• [Problem to solve]:
Set out exactly every line of the entries below, starting at the line that holds "-34.910600109), (-64.807406984, -37.416573868))" and stopping after the line that holds "Circle(SKETCH_10_R)".

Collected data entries
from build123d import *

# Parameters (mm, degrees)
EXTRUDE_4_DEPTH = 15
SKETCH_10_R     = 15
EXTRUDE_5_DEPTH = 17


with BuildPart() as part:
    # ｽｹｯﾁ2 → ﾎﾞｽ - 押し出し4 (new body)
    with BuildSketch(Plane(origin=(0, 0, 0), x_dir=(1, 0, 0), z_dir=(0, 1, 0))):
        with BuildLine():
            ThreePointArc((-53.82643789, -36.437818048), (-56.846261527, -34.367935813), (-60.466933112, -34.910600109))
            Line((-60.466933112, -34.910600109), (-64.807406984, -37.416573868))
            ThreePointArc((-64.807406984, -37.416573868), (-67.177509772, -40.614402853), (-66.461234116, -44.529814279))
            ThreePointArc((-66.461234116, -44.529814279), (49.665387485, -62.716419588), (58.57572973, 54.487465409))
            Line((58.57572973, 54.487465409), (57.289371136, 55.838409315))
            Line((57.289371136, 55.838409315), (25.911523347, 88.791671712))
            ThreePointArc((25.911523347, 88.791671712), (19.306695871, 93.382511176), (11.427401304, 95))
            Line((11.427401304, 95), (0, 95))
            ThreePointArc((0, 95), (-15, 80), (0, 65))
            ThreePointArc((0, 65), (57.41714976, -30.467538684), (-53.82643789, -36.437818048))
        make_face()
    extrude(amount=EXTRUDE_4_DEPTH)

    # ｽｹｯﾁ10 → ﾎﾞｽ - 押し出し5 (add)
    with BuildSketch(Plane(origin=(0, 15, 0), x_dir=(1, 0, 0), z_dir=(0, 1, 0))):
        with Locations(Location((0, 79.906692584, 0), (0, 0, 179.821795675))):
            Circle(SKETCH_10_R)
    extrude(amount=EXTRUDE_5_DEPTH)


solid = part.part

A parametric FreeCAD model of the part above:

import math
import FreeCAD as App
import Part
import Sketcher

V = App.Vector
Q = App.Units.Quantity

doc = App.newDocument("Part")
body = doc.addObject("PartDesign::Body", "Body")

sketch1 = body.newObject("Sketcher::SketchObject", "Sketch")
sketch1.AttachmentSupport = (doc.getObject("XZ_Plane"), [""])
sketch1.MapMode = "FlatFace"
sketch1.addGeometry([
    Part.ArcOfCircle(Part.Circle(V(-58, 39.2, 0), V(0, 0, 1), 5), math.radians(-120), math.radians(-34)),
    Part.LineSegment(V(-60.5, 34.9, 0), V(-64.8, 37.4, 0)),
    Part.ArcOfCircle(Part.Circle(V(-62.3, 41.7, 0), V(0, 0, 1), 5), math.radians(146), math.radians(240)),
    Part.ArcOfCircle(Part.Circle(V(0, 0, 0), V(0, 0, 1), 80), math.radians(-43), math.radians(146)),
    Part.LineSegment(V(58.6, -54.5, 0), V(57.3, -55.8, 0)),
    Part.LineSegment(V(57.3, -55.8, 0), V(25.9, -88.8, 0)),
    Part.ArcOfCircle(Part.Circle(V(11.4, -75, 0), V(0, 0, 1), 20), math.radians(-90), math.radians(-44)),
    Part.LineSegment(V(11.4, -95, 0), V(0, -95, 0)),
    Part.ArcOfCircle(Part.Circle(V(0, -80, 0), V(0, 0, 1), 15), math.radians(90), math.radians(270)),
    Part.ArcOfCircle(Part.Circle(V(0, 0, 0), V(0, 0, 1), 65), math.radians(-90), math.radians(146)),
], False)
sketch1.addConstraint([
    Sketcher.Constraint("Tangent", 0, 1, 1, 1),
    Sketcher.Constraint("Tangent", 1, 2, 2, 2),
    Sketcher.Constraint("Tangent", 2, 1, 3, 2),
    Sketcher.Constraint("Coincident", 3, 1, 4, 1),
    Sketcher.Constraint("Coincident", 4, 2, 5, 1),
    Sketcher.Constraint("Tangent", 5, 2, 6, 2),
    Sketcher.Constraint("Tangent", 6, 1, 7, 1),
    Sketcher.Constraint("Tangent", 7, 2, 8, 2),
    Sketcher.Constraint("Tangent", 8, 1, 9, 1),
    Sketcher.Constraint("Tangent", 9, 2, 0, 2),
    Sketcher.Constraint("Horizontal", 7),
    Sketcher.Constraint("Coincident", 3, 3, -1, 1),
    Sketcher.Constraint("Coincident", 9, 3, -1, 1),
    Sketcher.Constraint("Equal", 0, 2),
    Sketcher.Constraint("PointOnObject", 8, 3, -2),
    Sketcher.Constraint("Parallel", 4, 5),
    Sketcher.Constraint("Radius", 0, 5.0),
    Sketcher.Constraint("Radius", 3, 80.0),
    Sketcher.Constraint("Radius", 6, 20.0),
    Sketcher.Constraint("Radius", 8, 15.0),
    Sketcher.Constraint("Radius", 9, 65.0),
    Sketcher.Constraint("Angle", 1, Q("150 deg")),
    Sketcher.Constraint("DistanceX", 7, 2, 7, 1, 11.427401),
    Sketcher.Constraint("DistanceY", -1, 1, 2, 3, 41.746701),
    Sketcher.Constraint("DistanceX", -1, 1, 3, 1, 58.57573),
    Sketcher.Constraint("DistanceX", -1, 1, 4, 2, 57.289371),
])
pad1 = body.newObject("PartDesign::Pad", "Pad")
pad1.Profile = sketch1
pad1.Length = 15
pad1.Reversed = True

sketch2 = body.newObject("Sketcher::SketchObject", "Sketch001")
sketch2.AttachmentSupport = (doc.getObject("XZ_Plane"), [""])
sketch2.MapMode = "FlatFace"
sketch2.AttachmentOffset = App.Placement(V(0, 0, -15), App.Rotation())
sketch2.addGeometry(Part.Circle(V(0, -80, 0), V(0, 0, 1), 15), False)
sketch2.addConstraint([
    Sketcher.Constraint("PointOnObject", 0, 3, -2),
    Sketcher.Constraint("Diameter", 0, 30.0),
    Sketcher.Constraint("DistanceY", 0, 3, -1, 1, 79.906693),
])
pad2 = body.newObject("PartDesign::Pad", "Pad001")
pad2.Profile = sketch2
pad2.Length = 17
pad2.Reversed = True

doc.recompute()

• [Solution for this problem]:
            Line((-60.466933112, -34.910600109), (-64.807406984, -37.416573868))
            ThreePointArc((-64.807406984, -37.416573868), (-67.177509772, -40.614402853), (-66.461234116, -44.529814279))
            ThreePointArc((-66.461234116, -44.529814279), (49.665387485, -62.716419588), (58.57572973, 54.487465409))
            Line((58.57572973, 54.487465409), (57.289371136, 55.838409315))
            Line((57.289371136, 55.838409315), (25.911523347, 88.791671712))
            ThreePointArc((25.911523347, 88.791671712), (19.306695871, 93.382511176), (11.427401304, 95))
            Line((11.427401304, 95), (0, 95))
            ThreePointArc((0, 95), (-15, 80), (0, 65))
            ThreePointArc((0, 65), (57.41714976, -30.467538684), (-53.82643789, -36.437818048))
        make_face()
    extrude(amount=EXTRUDE_4_DEPTH)

    # ｽｹｯﾁ10 → ﾎﾞｽ - 押し出し5 (add)
    with BuildSketch(Plane(origin=(0, 15, 0), x_dir=(1, 0, 0), z_dir=(0, 1, 0))):
        with Locations(Location((0, 79.906692584, 0), (0, 0, 179.821795675))):
            Circle(SKETCH_10_R)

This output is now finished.